- [ABOUT THIS EXERCISE]
Please print the entries below exactly, from the line with "from build123d import *" through the line with "FreeCAD Python script", including both of those lines and leaving out all others.

- [Stored records]
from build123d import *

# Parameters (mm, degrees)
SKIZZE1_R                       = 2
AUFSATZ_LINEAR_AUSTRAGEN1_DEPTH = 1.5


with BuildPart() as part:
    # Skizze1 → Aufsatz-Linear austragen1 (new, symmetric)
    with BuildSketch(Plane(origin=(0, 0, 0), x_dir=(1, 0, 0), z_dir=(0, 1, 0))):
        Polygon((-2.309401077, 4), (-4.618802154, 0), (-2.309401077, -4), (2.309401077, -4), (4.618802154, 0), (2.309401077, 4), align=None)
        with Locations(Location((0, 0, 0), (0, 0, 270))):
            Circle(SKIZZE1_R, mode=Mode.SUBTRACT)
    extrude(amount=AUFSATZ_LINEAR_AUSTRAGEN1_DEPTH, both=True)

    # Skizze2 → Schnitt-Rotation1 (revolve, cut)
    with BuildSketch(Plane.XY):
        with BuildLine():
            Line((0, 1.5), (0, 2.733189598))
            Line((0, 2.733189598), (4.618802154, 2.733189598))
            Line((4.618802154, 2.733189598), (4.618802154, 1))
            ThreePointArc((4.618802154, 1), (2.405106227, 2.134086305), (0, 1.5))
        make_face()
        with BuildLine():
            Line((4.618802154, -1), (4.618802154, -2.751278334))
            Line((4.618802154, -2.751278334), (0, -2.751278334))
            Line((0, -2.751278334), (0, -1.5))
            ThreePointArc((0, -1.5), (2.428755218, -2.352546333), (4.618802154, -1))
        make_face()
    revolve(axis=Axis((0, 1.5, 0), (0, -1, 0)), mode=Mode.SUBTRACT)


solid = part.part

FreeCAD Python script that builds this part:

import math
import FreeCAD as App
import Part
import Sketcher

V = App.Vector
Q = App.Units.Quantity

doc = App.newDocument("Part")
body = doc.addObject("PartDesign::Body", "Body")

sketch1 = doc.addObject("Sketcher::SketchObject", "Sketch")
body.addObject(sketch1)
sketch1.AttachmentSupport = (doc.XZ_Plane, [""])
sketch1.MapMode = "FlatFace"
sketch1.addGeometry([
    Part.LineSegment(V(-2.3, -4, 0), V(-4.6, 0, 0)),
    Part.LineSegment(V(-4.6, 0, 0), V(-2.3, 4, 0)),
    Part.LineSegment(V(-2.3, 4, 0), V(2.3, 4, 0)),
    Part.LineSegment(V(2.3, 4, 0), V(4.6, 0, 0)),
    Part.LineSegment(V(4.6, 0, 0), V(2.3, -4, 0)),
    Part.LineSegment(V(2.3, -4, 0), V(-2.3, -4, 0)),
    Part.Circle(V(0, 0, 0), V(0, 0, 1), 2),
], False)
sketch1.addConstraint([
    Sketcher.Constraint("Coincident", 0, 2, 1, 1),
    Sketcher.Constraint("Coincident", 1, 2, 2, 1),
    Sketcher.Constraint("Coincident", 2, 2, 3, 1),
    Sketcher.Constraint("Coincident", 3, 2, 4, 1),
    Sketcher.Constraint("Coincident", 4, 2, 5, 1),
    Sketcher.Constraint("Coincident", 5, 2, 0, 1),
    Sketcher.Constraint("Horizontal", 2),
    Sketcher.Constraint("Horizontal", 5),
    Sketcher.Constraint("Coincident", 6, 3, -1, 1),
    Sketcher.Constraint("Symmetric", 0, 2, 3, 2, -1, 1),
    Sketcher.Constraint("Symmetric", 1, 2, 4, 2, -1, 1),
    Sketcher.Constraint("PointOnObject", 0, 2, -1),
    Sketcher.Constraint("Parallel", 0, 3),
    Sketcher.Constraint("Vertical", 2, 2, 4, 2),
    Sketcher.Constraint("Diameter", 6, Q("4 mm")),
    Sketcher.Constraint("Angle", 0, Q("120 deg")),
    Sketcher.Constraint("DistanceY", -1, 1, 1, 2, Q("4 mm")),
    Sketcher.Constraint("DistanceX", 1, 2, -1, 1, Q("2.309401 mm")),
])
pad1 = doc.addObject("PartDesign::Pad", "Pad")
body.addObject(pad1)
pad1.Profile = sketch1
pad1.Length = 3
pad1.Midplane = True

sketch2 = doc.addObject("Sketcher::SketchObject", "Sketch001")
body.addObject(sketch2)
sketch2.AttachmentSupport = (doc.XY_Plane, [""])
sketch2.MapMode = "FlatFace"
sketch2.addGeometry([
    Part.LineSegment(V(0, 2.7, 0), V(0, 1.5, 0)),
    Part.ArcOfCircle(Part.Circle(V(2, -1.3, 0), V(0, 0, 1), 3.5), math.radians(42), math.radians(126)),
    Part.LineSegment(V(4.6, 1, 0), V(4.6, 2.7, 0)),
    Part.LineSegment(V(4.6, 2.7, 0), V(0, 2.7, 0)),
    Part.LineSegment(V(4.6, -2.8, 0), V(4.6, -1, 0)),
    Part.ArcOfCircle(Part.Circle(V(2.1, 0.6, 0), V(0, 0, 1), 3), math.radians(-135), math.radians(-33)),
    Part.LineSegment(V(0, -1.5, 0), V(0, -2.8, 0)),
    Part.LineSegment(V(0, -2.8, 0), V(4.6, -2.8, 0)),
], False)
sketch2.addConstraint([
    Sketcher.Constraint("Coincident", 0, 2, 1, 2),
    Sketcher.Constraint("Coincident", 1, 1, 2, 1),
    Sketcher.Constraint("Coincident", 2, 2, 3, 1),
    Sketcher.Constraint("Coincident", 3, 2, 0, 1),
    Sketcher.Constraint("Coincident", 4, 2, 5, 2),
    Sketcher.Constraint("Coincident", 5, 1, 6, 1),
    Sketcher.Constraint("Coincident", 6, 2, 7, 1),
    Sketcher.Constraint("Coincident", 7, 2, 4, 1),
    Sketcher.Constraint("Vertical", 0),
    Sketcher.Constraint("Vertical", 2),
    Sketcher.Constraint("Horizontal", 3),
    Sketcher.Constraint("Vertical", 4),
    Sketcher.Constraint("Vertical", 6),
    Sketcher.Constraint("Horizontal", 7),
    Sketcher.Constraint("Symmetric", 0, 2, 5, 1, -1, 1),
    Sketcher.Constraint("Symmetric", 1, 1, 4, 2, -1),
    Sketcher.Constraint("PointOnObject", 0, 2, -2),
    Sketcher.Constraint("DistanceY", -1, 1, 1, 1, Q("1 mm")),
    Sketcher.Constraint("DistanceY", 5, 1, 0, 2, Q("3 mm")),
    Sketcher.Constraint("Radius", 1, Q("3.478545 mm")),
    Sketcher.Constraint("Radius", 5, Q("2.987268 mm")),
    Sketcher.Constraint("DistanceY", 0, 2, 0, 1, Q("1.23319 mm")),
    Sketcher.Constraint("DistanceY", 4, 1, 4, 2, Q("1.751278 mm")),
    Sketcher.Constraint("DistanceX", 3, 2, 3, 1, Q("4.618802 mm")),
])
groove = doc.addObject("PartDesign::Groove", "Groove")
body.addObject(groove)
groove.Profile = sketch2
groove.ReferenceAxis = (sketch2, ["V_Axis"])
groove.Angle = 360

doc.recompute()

---

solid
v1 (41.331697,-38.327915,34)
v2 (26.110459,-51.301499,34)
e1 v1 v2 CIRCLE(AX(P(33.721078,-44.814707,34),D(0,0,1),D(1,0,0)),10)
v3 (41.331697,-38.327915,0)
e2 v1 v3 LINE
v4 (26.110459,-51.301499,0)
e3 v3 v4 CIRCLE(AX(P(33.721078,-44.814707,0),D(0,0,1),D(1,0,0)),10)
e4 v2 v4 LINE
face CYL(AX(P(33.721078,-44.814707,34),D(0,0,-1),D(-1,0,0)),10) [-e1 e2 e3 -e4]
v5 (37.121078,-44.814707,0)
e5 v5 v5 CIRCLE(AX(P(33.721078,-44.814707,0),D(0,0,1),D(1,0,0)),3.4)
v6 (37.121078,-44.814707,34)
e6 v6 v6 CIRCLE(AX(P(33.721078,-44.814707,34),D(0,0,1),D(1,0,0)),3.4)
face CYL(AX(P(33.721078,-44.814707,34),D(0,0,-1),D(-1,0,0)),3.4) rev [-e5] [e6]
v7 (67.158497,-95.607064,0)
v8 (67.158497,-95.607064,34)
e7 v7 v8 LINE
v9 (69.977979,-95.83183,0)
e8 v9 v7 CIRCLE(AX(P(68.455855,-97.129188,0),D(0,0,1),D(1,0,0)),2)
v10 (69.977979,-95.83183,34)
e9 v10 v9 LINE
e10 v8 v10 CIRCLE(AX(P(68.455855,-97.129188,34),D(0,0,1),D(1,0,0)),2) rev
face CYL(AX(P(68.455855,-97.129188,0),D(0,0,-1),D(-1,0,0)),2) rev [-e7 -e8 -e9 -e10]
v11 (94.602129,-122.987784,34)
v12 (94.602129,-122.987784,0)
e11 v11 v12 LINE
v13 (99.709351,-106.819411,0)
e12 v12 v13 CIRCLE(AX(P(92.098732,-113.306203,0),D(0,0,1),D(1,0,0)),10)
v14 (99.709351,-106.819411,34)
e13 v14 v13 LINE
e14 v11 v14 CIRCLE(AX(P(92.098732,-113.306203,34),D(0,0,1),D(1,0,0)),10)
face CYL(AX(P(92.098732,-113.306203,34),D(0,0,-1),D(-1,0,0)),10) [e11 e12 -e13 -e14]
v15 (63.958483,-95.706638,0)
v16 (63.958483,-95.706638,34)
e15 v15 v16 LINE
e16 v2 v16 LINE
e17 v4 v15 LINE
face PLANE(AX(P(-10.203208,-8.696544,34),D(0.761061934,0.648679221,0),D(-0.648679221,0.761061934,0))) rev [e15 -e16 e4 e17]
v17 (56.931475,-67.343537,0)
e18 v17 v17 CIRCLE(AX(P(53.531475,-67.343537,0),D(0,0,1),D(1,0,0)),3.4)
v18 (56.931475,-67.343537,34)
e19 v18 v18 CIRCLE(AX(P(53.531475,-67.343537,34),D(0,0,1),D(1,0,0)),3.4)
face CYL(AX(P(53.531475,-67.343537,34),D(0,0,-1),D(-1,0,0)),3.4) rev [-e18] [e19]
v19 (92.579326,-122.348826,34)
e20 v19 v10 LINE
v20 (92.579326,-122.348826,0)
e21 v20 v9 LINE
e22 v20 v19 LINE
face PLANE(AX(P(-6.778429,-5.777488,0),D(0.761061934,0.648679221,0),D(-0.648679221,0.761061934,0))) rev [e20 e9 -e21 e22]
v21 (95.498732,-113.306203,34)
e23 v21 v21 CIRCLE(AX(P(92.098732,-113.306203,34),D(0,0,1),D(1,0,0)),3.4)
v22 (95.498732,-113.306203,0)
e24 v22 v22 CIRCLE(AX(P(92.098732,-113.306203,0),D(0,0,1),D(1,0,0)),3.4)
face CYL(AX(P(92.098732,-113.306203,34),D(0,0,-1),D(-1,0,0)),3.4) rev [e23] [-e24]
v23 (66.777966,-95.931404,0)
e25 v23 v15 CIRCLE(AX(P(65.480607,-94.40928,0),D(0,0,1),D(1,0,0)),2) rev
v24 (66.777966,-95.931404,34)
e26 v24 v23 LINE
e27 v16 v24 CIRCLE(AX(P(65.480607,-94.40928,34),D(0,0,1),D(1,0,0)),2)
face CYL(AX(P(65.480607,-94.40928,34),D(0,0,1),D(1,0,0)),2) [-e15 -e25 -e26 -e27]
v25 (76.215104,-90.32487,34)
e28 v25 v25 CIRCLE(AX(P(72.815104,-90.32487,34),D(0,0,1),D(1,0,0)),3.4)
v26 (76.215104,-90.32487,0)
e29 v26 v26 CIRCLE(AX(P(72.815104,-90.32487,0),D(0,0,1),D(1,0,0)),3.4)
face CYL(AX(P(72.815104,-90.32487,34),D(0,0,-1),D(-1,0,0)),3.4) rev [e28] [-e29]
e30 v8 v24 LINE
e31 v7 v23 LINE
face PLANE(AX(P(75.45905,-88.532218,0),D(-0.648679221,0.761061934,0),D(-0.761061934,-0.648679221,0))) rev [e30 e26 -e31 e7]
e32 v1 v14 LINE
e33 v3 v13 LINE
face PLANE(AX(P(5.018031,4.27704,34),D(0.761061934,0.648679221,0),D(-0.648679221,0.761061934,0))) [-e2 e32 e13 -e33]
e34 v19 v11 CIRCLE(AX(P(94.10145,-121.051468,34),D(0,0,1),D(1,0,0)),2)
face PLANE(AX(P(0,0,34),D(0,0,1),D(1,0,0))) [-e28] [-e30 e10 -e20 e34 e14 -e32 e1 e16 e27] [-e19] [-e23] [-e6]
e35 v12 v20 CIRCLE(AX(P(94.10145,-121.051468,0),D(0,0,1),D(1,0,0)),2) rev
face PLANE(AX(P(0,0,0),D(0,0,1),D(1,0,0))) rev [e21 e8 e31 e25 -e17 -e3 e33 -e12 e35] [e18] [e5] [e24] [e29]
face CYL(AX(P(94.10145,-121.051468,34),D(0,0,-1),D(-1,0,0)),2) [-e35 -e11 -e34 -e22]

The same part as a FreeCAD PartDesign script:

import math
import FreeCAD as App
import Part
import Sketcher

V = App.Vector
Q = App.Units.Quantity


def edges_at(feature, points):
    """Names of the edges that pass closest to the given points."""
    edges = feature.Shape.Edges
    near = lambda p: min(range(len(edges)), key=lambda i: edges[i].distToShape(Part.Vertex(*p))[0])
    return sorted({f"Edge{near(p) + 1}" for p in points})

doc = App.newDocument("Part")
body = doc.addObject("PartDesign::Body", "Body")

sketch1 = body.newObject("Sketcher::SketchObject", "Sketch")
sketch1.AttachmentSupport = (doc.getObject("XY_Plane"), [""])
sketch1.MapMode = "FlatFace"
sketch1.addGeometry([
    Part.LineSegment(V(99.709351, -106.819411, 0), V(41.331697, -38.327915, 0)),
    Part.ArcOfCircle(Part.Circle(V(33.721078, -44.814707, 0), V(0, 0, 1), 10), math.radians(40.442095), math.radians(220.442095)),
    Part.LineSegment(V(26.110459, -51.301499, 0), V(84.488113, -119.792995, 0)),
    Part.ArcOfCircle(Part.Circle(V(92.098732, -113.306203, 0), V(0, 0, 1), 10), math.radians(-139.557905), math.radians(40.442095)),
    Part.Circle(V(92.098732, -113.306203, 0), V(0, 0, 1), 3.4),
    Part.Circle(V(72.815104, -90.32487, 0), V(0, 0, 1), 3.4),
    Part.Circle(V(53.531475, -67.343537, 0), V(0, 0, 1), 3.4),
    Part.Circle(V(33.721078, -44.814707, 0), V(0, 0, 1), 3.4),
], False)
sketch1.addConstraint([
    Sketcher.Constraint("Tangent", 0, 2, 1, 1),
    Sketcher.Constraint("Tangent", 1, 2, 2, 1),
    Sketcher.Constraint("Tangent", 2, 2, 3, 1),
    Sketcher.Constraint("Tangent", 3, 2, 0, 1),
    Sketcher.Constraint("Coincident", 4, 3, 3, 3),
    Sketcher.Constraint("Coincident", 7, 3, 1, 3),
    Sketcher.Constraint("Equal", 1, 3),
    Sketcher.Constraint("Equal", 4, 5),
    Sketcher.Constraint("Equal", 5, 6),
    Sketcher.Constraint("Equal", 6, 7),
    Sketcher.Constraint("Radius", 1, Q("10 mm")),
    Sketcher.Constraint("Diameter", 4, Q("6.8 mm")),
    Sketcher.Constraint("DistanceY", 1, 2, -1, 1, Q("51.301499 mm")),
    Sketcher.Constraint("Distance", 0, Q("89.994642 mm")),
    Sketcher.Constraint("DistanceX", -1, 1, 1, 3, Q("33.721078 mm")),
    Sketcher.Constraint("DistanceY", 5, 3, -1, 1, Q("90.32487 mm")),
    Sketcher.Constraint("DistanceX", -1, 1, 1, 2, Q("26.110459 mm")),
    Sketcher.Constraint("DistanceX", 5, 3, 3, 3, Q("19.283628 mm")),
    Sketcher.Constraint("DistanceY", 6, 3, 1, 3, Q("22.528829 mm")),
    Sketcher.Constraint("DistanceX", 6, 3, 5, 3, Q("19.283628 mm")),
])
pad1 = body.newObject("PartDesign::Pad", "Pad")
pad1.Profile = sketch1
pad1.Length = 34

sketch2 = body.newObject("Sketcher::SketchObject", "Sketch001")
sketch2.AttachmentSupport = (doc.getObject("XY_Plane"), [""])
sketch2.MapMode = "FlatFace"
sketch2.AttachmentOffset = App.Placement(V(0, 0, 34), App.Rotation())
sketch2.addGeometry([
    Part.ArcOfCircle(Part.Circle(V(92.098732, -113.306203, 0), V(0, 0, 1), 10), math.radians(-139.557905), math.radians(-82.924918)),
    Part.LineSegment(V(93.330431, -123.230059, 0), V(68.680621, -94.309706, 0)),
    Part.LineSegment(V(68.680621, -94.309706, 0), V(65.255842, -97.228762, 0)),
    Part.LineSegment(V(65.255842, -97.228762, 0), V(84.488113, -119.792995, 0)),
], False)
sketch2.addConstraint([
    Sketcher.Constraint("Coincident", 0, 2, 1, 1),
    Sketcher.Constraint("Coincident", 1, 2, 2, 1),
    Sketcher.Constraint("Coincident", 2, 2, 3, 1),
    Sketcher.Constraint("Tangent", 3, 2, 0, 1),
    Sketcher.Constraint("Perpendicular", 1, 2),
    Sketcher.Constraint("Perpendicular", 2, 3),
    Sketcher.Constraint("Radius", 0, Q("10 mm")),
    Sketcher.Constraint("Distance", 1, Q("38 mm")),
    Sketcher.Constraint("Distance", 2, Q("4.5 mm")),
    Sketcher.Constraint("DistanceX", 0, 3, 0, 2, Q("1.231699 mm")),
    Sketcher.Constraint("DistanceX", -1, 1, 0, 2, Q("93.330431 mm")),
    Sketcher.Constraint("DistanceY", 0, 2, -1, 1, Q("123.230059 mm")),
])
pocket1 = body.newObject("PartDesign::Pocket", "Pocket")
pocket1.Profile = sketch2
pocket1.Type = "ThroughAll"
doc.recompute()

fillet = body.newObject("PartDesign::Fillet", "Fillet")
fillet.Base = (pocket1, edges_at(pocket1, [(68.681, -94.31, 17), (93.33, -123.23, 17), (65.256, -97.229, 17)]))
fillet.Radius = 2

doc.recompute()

- [SOLVED EXERCISE]
from build123d import *

# Parameters (mm, degrees)
SKIZZE1_R                       = 2
AUFSATZ_LINEAR_AUSTRAGEN1_DEPTH = 1.5


with BuildPart() as part:
    # Skizze1 → Aufsatz-Linear austragen1 (new, symmetric)
    with BuildSketch(Plane(origin=(0, 0, 0), x_dir=(1, 0, 0), z_dir=(0, 1, 0))):
        Polygon((-2.309401077, 4), (-4.618802154, 0), (-2.309401077, -4), (2.309401077, -4), (4.618802154, 0), (2.309401077, 4), align=None)
        with Locations(Location((0, 0, 0), (0, 0, 270))):
            Circle(SKIZZE1_R, mode=Mode.SUBTRACT)
    extrude(amount=AUFSATZ_LINEAR_AUSTRAGEN1_DEPTH, both=True)

    # Skizze2 → Schnitt-Rotation1 (revolve, cut)
    with BuildSketch(Plane.XY):
        with BuildLine():
            Line((0, 1.5), (0, 2.733189598))
            Line((0, 2.733189598), (4.618802154, 2.733189598))
            Line((4.618802154, 2.733189598), (4.618802154, 1))
            ThreePointArc((4.618802154, 1), (2.405106227, 2.134086305), (0, 1.5))
        make_face()
        with BuildLine():
            Line((4.618802154, -1), (4.618802154, -2.751278334))
            Line((4.618802154, -2.751278334), (0, -2.751278334))
            Line((0, -2.751278334), (0, -1.5))
            ThreePointArc((0, -1.5), (2.428755218, -2.352546333), (4.618802154, -1))
        make_face()
    revolve(axis=Axis((0, 1.5, 0), (0, -1, 0)), mode=Mode.SUBTRACT)


solid = part.part

FreeCAD Python script that builds this part:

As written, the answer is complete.